First of all, let’s make it clear that when we say “recommendation-letter Nazi,” we’re using “Nazi” in pretty much the same sense that it was used in the “Soup Nazi” episode of Seinfeld. In this case, the individual in question is a University of Michigan professor named John Cheney-Lippold. A few weeks ago, when one of his students, a young woman named Abigail, sent him an e-mail asking for a recommendation for a study trip to Israel, he agreed to provide one, only to send her an e-mail some time later rescinding his agreement.
He had, he explained, “missed out on a key detail,” namely the fact that the country she was planning to study in was Israel. This was problematic, because he supports the BDS movement. “As you may know, many University departments have pledged an academic boycott against Israel in support of Palestinians living in Palestine,” he wrote. His boycotting of Israel, he told Abigail, “includes writing letters of recommendation for students planning to study there.”

Cheney-Lippold teaches in the Department of American Culture and has written a book called We Are Data: Algorithms and the Making of our Digital Selves. He is considered an expert on the way in which we represent ourselves online. If there is anything positive about the way in which he represented himself to Abigail in that e-mail, it is that he was polite and apologetic. Nor did he try to upbraid her or guilt-trip her for studying in Israel. In the present climate, we suppose, he should get points for that, at least.
Still, anti-Semitism is anti-Semitism.
In any event, his e-mail to Abigail spread quickly on the Internet after a pro-Zionist group at U of M posted it on Facebook on September 16. One fact that emerged soon afterwards was that Cheney-Lippold was wrong in stating that many academic departments at the U of M were involved in the BDS movement. The university’s PR office issued a statement affirming that it opposed any boycott of Israeli institutions of higher education, and that none of the academic departments at the univeristy was officially involved in any such boycott. “It is disappointing that a faculty member would allow their [sic] personal political beliefs to limit the support they [sic] are willing to otherwise provide for our students,” read the PR office’s statement. “We will engage our faculty colleagues in deep discussions to clarify how the expression of our shared values plays out in support of all students.”

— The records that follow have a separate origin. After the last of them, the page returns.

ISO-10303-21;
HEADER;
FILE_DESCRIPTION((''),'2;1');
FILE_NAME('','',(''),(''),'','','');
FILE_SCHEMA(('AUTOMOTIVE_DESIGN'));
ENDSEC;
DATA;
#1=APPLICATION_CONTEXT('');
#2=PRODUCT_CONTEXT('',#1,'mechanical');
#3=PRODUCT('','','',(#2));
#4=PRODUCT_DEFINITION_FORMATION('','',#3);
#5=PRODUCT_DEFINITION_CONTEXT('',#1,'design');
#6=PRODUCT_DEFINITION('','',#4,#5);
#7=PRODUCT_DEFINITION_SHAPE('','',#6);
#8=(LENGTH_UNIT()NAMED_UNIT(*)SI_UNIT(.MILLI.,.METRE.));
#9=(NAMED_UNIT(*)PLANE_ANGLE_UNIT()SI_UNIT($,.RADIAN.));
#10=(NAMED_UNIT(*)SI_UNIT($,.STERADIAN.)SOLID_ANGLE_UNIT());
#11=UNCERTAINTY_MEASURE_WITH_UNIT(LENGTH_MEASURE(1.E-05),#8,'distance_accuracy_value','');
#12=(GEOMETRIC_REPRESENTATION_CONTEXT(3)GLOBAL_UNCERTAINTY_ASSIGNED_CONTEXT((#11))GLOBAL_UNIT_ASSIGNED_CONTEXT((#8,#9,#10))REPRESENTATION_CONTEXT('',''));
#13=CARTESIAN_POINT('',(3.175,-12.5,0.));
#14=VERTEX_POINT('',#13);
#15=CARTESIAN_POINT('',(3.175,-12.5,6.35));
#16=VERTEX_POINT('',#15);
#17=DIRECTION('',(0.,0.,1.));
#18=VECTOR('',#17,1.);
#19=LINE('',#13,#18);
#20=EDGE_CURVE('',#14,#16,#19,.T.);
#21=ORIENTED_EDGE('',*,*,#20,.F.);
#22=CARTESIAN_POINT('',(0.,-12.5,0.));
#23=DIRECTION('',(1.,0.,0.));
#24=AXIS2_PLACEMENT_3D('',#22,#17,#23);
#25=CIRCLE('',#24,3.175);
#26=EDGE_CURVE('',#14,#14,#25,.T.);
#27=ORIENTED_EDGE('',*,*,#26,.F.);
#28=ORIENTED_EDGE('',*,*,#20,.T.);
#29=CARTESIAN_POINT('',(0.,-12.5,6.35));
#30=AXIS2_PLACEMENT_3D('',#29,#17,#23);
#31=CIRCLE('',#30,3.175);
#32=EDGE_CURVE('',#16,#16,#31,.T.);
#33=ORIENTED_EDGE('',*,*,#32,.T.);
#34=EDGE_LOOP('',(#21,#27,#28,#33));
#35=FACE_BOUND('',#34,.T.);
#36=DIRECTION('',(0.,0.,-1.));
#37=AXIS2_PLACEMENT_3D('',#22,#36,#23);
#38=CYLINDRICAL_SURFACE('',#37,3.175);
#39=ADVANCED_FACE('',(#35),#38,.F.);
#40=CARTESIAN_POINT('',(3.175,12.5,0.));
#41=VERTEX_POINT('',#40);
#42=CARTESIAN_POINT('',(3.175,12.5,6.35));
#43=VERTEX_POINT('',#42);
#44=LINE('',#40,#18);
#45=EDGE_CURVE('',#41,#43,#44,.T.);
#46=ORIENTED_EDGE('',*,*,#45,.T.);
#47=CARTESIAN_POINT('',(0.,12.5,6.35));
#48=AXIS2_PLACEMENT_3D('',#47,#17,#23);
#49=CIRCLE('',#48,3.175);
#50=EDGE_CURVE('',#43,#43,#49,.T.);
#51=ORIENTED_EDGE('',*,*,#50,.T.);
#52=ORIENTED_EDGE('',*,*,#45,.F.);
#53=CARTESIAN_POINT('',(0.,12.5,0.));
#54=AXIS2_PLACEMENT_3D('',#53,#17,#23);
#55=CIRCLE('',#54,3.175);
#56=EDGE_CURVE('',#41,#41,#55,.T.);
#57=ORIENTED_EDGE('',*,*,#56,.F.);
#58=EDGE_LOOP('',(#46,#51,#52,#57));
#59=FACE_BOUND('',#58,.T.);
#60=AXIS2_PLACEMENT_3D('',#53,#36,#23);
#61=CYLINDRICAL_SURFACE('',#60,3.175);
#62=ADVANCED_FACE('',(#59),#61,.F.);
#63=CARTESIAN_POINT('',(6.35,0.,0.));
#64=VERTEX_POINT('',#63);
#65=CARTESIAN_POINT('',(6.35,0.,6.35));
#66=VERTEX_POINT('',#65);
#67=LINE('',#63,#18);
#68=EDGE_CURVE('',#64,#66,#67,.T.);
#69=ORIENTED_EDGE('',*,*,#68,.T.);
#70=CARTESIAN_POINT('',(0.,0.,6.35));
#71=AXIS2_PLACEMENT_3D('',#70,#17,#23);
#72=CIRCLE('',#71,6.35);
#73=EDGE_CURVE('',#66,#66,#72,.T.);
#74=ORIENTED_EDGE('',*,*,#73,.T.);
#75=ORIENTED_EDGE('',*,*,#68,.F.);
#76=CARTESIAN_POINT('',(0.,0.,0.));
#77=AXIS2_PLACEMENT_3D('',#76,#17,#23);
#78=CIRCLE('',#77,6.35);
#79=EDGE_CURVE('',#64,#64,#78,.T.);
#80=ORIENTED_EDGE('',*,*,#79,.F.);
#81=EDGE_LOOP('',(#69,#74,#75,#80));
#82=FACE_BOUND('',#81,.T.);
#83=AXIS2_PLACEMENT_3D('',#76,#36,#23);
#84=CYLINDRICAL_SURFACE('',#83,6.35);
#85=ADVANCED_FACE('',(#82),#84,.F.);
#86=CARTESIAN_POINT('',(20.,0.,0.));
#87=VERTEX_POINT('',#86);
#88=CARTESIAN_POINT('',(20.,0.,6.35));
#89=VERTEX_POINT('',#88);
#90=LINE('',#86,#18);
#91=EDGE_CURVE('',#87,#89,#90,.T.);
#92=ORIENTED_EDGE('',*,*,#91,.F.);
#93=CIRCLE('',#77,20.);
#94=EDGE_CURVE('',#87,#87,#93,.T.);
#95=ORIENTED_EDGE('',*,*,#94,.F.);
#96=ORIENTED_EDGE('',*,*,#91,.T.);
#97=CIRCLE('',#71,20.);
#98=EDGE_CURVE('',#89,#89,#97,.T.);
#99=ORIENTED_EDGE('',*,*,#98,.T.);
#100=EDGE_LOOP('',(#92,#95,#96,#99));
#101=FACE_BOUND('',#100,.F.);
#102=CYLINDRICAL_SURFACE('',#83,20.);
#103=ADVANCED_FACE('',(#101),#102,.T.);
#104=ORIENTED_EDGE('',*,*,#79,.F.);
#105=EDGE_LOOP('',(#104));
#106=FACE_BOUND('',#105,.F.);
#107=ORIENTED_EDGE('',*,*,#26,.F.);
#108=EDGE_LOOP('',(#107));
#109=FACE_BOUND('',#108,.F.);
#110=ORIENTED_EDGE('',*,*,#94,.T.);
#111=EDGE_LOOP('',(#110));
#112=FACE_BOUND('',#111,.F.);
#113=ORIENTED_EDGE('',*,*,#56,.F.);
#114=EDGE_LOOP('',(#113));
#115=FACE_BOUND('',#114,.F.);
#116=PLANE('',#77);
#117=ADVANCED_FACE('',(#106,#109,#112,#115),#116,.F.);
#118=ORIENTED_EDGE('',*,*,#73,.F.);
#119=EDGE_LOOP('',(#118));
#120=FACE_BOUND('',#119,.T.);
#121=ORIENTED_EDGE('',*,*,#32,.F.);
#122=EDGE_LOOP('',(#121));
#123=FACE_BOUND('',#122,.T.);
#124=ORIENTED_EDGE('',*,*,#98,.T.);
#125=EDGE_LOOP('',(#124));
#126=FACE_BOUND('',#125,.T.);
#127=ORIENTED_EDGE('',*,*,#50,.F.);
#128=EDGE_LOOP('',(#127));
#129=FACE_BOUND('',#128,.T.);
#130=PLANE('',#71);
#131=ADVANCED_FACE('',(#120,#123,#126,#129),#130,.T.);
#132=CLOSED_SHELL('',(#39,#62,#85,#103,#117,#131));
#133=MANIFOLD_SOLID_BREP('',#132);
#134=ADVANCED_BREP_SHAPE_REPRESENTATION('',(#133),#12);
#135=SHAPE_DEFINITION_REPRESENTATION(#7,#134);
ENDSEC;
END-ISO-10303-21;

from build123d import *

# Parameters (mm, degrees)
F0_R     = 20
F0_R_2   = 6.35
F1_DEPTH = 6.35
F2_R     = 3.175
F3_DEPTH = 6.35


with BuildPart() as f1:
    # F0 (on Top) → F1 (new body)
    with BuildSketch(Plane.XY):
        Circle(F0_R)
        Circle(F0_R_2, mode=Mode.SUBTRACT)
    extrude(amount=F1_DEPTH)

    # F2 (on Top) → F3 (cut, through all)
    with BuildSketch(Plane.XY):
        with Locations((0, 12.5)):
            Circle(F2_R)
        with Locations((0, -12.5)):
            Circle(F2_R)
    extrude(amount=F3_DEPTH, mode=Mode.SUBTRACT)


solid = f1.part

Peruse that last sentence again. We will engage our faculty colleagues in deep discussions to clarify how the expression of our shared values plays out in support of all students. It is nearly beautiful in its near-meaninglessness, its riot of vague abstraction. Clearly, this is one university where communications with the outside world are in charge not of students of Chaucer and Shakespeare but of people who have proven themselves to be past masters of PR lingo.
For his own part, Cheney-Lippold, after being hunted down by an intrepid staffer for the Michigan Daily, provided the following comments. “I support the boycott because I support solidarity,” he said. “I follow the idea that people who are being discriminated against or people who need help … I feel compelled to help them. I was following a call by representatives of Palestinian civil society to boycott Israel in a very similar tactical frame as South Africa.” (Does he write like this? Or just talk like this?) “The idea is that I support communities who organize themselves and ask for international support to achieve equal rights, freedom and to prevent violations of international law.”
He had more to say. “As a professor, I’m not just a machine writing things for people.” No, you see, when you ask him for a letter of recommendation, you’re initiating a “dialogue,” which involves “talking through differences and really figuring out where each other stands, not expecting something or assuming something, but really trying to get into what is the key difference. Seeing what can we do more, how can we have a larger campus-wide discussion. I want to push it beyond the horse-race politics of what John did or did not say.” Horse-race politics? Don’t ask us, we don’t get it either.